Выбрать главу

– А нынче? Теперь?

Посуда звякнула.

– Не знаю. Может быть, я уже умер? Я видел же Ангела. Мне сказали, что Ангел – военврач. Но, может быть, лгут? Может быть, и капитан Шварцев, и Галюся, и ты – все мертвы?

– Мертвые не беседуют с живыми. Впрочем, возможно, мы с тобой оба действительно мертвы.

– То есть ты не уверен в том, что мы живы?

– Такой уверенности нет.

– Мне страшно.

– Значит, ты жив. Мертвые не могут испытывать страх. А если ты жив и разговариваешь со мной, значит, жив и я.

– Ты… – Я запнулся, не решаясь произнести главное слово.

Старик не шевелился, но я был уверен: он ждет, уверенный, что я снова заговорю. Наконец я решился:

– …ты – Бог?

Теперь, сказав главное, я надеялся получить правдивый ответ на самый главный из всех вопросов на земле.

– Нет, конечно. Грешно и думать так. Я – Ермолай. Такое у меня имя. Просто Ермолай – и больше никто.

– Ты святой из тех, что изображали на иконостасах, – все еще надеясь, спросил я. – Ты похож на стенопись в кабинете моей матери.

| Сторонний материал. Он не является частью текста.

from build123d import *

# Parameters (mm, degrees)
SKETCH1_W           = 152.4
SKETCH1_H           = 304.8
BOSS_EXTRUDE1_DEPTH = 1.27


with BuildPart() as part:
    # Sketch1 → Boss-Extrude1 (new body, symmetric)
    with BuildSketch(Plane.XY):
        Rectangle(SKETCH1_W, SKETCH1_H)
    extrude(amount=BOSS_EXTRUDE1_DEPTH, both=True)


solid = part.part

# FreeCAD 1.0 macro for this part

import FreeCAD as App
import Part
import Sketcher
Q = App.Units.Quantity

doc = App.newDocument("Part")
body = doc.addObject("PartDesign::Body", "Body")

# Sketch on XY plane
sketch1 = body.newObject("Sketcher::SketchObject", "Sketch")
sketch1.AttachmentSupport = (doc.getObject("XY_Plane"), [""])
sketch1.MapMode = "FlatFace"
sketch1.addGeometry([
    Part.LineSegment(App.Vector(-76, 152, 0), App.Vector(-76, -152, 0)),
    Part.LineSegment(App.Vector(-76, -152, 0), App.Vector(76, -152, 0)),
    Part.LineSegment(App.Vector(76, -152, 0), App.Vector(76, 152, 0)),
    Part.LineSegment(App.Vector(76, 152, 0), App.Vector(-76, 152, 0)),
], False)
sketch1.addConstraint([
    Sketcher.Constraint("Coincident", 0, 2, 1, 1),
    Sketcher.Constraint("Coincident", 1, 2, 2, 1),
    Sketcher.Constraint("Coincident", 2, 2, 3, 1),
    Sketcher.Constraint("Coincident", 3, 2, 0, 1),
    Sketcher.Constraint("Vertical", 0),
    Sketcher.Constraint("Horizontal", 1),
    Sketcher.Constraint("Vertical", 2),
    Sketcher.Constraint("Horizontal", 3),
    Sketcher.Constraint("Symmetric", 0, 2, 2, 2, -1, 1),
    Sketcher.Constraint("DistanceX", 1, 1, 1, 2, Q("6 in")),
    Sketcher.Constraint("DistanceY", 0, 2, 0, 1, Q("12 in")),
])
pad1 = body.newObject("PartDesign::Pad", "Pad")
pad1.Profile = sketch1
pad1.Length = Q("0.1 in")
pad1.Midplane = True

doc.recompute()
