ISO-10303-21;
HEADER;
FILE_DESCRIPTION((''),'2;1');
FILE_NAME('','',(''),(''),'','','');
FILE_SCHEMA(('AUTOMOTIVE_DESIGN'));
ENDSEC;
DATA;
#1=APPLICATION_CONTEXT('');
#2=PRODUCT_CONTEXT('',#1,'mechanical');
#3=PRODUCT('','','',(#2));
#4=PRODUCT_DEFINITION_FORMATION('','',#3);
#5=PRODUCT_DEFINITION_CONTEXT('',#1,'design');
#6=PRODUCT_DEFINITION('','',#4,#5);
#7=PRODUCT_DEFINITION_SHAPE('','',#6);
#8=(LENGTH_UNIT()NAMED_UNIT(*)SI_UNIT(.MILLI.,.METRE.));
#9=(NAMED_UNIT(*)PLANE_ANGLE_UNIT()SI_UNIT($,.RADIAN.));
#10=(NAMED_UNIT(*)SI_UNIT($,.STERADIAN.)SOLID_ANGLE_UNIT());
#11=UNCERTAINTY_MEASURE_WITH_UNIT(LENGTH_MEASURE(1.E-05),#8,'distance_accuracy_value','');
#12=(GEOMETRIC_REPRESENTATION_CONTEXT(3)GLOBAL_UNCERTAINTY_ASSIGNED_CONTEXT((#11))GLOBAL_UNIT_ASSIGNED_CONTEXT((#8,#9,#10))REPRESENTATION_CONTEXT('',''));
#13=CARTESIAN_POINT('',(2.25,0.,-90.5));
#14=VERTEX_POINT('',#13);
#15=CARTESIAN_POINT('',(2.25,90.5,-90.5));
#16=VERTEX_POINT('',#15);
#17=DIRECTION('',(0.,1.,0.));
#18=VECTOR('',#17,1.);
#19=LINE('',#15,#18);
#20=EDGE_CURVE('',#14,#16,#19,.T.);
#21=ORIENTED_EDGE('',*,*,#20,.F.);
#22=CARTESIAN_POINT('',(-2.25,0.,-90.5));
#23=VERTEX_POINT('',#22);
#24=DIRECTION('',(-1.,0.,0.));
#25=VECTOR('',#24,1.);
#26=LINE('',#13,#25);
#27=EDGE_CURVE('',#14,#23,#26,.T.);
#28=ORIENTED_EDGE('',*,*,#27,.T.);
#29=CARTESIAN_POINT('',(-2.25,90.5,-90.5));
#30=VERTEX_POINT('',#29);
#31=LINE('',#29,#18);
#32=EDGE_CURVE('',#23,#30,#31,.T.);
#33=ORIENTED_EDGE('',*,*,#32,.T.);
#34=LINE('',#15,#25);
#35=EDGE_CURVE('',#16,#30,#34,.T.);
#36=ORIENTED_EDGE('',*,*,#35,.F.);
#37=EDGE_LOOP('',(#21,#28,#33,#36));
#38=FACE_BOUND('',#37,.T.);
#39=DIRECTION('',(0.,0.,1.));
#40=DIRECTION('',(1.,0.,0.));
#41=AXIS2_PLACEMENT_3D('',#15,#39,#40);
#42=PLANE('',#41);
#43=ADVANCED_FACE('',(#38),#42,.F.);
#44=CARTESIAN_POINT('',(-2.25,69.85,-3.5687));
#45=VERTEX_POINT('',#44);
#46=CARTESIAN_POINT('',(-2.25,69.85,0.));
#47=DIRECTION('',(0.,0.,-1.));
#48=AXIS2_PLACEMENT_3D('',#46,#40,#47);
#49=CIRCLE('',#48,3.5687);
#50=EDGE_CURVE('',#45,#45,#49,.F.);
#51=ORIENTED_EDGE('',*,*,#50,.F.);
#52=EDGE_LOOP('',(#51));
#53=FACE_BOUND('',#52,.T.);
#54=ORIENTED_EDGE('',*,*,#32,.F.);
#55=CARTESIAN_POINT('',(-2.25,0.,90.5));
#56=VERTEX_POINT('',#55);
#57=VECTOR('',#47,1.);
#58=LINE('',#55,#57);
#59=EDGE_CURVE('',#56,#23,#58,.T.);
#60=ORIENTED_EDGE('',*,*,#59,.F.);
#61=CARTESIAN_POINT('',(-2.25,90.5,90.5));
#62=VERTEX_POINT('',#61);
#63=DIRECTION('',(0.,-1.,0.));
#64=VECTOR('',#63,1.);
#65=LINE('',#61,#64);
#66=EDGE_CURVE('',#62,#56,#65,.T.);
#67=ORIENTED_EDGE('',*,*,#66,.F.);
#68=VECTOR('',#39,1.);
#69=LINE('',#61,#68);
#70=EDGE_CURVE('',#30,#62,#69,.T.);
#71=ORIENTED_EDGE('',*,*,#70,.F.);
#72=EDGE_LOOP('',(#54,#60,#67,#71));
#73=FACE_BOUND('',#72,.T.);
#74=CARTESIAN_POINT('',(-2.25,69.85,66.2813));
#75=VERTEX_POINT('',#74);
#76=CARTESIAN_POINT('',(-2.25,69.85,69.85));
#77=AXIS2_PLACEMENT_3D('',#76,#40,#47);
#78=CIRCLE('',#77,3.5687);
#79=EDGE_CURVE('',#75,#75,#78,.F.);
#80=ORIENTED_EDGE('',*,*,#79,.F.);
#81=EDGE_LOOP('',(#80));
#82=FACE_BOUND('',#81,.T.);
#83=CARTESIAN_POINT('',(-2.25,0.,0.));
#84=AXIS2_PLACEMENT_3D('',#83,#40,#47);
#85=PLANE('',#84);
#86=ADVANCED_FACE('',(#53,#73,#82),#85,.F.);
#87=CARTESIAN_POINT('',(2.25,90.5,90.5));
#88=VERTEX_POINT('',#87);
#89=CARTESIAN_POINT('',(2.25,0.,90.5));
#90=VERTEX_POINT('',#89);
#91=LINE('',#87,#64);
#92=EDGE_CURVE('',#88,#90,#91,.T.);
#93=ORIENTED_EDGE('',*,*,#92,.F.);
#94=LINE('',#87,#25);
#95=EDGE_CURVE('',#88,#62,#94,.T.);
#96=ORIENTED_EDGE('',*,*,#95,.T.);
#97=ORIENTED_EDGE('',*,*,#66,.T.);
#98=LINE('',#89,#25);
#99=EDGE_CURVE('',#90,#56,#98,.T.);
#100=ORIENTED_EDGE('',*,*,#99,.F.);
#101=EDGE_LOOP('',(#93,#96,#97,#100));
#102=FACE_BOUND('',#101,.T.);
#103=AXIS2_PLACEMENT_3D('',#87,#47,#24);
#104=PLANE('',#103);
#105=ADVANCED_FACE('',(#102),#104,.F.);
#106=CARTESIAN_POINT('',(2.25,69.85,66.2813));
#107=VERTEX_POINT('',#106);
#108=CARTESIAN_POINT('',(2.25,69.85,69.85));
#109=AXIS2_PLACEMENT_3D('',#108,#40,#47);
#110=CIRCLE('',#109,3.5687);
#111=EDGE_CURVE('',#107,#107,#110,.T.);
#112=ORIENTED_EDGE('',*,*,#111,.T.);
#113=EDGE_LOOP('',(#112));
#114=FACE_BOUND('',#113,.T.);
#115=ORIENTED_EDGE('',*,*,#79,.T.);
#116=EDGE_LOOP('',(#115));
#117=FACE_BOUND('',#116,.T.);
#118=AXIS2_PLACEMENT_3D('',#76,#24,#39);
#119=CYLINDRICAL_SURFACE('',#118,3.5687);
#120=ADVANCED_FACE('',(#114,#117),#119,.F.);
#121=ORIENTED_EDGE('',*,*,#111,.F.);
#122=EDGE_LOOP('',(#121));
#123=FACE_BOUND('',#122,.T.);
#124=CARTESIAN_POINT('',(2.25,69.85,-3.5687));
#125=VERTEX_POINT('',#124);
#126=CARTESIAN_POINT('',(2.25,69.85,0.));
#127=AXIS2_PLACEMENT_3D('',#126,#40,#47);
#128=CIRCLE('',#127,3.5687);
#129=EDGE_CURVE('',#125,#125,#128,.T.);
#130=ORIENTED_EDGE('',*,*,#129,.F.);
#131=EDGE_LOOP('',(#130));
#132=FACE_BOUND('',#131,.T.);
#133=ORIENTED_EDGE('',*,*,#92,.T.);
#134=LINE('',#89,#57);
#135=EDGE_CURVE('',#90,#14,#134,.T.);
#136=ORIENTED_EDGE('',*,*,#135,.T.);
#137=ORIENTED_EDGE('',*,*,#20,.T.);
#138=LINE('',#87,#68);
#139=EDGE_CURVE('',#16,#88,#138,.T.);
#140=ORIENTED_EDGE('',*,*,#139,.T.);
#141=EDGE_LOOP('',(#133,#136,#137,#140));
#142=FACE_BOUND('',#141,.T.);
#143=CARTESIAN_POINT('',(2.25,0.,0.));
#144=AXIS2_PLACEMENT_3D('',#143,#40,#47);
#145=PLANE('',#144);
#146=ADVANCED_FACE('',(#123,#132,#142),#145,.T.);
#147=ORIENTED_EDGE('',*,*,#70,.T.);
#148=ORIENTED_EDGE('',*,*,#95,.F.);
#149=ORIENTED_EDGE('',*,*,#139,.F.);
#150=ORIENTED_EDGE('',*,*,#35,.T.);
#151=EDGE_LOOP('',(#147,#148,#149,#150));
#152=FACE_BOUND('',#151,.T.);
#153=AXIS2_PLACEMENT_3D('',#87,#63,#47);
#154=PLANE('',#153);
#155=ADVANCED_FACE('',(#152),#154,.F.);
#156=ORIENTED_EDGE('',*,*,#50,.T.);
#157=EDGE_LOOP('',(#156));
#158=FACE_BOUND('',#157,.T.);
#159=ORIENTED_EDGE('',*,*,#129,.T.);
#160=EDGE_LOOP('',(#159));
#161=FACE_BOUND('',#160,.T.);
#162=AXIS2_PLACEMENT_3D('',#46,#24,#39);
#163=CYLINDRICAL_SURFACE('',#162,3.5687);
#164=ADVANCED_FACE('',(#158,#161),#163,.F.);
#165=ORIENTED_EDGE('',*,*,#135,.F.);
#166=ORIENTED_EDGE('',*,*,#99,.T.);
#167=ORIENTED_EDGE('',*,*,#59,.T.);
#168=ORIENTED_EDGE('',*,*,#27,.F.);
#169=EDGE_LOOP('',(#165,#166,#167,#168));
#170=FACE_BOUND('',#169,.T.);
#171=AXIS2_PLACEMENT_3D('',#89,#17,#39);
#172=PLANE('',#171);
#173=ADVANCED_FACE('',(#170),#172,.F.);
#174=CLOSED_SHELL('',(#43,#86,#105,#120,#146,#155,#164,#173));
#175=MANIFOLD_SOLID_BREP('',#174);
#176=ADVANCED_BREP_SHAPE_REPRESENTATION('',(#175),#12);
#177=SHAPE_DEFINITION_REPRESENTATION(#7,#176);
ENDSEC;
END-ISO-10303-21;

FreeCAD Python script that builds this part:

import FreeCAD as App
import Part
import Sketcher

V = App.Vector


def add_polygon(sketch, points):
    """Adds a closed chain of lines whose ends are joined by coincident constraints."""
    first, n = sketch.GeometryCount, len(points)
    for a, b in zip(points, points[1:] + points[:1]):
        sketch.addGeometry(Part.LineSegment(App.Vector(*a, 0), App.Vector(*b, 0)), False)
    for i in range(n):
        sketch.addConstraint(Sketcher.Constraint("Coincident", first + i, 2, first + (i + 1) % n, 1))

doc = App.newDocument("Part")
body = doc.addObject("PartDesign::Body", "Body")

# Sketch on YZ plane
sketch1 = body.newObject("Sketcher::SketchObject", "Sketch")
sketch1.AttachmentSupport = (doc.getObject("YZ_Plane"), [""])
sketch1.MapMode = "FlatFace"
add_polygon(sketch1, [(90.5, 90.5), (0, 90.5), (0, -90.5), (90.5, -90.5)])  # lines 0-3
sketch1.addConstraint(Sketcher.Constraint("Horizontal", 0))
sketch1.addConstraint(Sketcher.Constraint("Vertical", 1))
sketch1.addConstraint(Sketcher.Constraint("Horizontal", 2))
sketch1.addConstraint(Sketcher.Constraint("Vertical", 3))
sketch1.addConstraint(Sketcher.Constraint("Symmetric", 0, 2, 1, 2, -1, 1))
sketch1.addConstraint(Sketcher.Constraint("DistanceY", 1, 2, 1, 1, 181.0))
sketch1.addConstraint(Sketcher.Constraint("DistanceX", 0, 2, 0, 1, 90.5))
pad1 = body.newObject("PartDesign::Pad", "Pad")
pad1.Profile = sketch1
pad1.Length = 4.5
pad1.Midplane = True

# Sketch on YZ plane
sketch2 = body.newObject("Sketcher::SketchObject", "Sketch001")
sketch2.AttachmentSupport = (doc.getObject("YZ_Plane"), [""])
sketch2.MapMode = "FlatFace"
sketch2.AttachmentOffset = App.Placement(V(0, 0, -88.25), App.Rotation())
sketch2.addGeometry(Part.Circle(V(69.85, 69.85, 0), V(0, 0, 1), 3.5687), False)
sketch2.addGeometry(Part.Circle(V(69.85, 0, 0), V(0, 0, 1), 3.5687), False)
sketch2.addConstraint(Sketcher.Constraint("Equal", 0, 1))
sketch2.addConstraint(Sketcher.Constraint("PointOnObject", 1, 3, -1))
sketch2.addConstraint(Sketcher.Constraint("Vertical", 0, 3, 1, 3))
sketch2.addConstraint(Sketcher.Constraint("Diameter", 0, 7.1374))
sketch2.addConstraint(Sketcher.Constraint("DistanceX", -1, 1, 0, 3, 69.85))
sketch2.addConstraint(Sketcher.Constraint("DistanceY", -1, 1, 0, 3, 69.85))
pocket1 = body.newObject("PartDesign::Pocket", "Pocket")
pocket1.Profile = sketch2
pocket1.Type = "ThroughAll"
pocket1.Midplane = True

doc.recompute()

Я приготовился подробно объяснить ему про стенопись, рассказать о нерадивом маляре, но он остановил меня. Жест его был властным, неподвижное лицо исказила гримаса страдания.

– Твоя мать заслуживает самых ужасных кар, но ее постигнет кара более ужасная, чем она заслуживает, – прошептал он.

– Я не понимаю… Объясни. Ты знаком с моей матерью? Ты видел ее? Если мать жива, значит, сестра и племянники тоже живы. Но если это не так, и мать погибла, тогда…

Ермолай молчал. Тревога вонзила в меня свои волчьи клыки. Боль, терзавшая меня, исчезла. Тревога за жизни близких оказалась лучшим из обезболивающих средств. В волнении, позабыв пережитые страхи, позабыв даже то, что, по сути, я уже мертв, я требовал и умолял:

– Ты похож на стенопись из храма, значит, ты святой. А раз так, то ты можешь спасти мою родню. Спаси же их. Я сделаю все, что ты захочешь.

Схватить.

Молить.

Грозить.

Убить?

Нет!

Старик поднялся. Прихватив ящик из-под патронов, служивший ему скамьей, он переместился к изножью моей лежанки, куда не достигал свет моего ночника. Я поначалу подумал, что собеседник или боится меня, или прячет лицо. Так делал отец. Он всегда прятался или отворачивался прежде, чем начать лгать. Я с пристальным вниманием следил за собеседником и быстро сообразил, что суровое его лицо само по себе является источником необъяснимого свечения. Костистое, острое, бородатое, наполовину скрытое каской, которая сидела на нем нелепо, как цветной колпак на клоуне, – все сочилось теплым свечением. И в таком виде, в тени нависающего низкого потолка оно казалось не просто красивым, но величественным.

– Ты не похож на Карла Маркса, хоть и бородат, – пробормотал я. – Ты светишься. Ты святой.

– Из нас двоих скорее уж ты святой, и таких как ты должно изображать на иконостасах, – сказал стрик.

– Я? Но почему? Я никогда не стремился… Напротив, я всегда стремился к другому.

– К обладанию рыжей блудницей, – в интонации старика я услышал иронию.

– И к этому тоже. Но в основном я стремился к коммунизму. Коммунистическое будущее, понимаешь?

– Ты – герой. Святость всегда начинается с геройства, поэтому ты на верном пути. Но не к коммунизму, конечно. Тебя наставляли в плохом, но и сами наставники пали жертвами своих заблуждений, а потому и наука их оказалась пустой.

– Я святой? Не может быть! Я – коммунист. А наставники… Меня воспитывали родители, комсомольская и партийная организации, преподаватели в военном училище. Я беспокоюсь о матери! Тебе известна ее судьба?

– Коммунизм не важен, как не важна теперь и женщина, давшая тебе жизнь. Важна душа. А душе необходима вера.

– Мать не важна? Коммунизм не важен? Да за такое к стенке ставят, тем более в нынешних условиях, когда враг подбирается к сердцу Родины. А может быть… Мне страшно, Ермолай!

– Страшно? Тогда скажи, «сердце Родины» – где это?

– Киев! Нет, Москва! Что, если враг уже в Москве? Я не должен говорить… За такое – к стенке… Мне страшно, Ермолай!

– Враг бывал в Москве. И не раз. Враг и сам понимает, что обладание Москвой не обеспечит ему победы, потому что сердце Родины не там.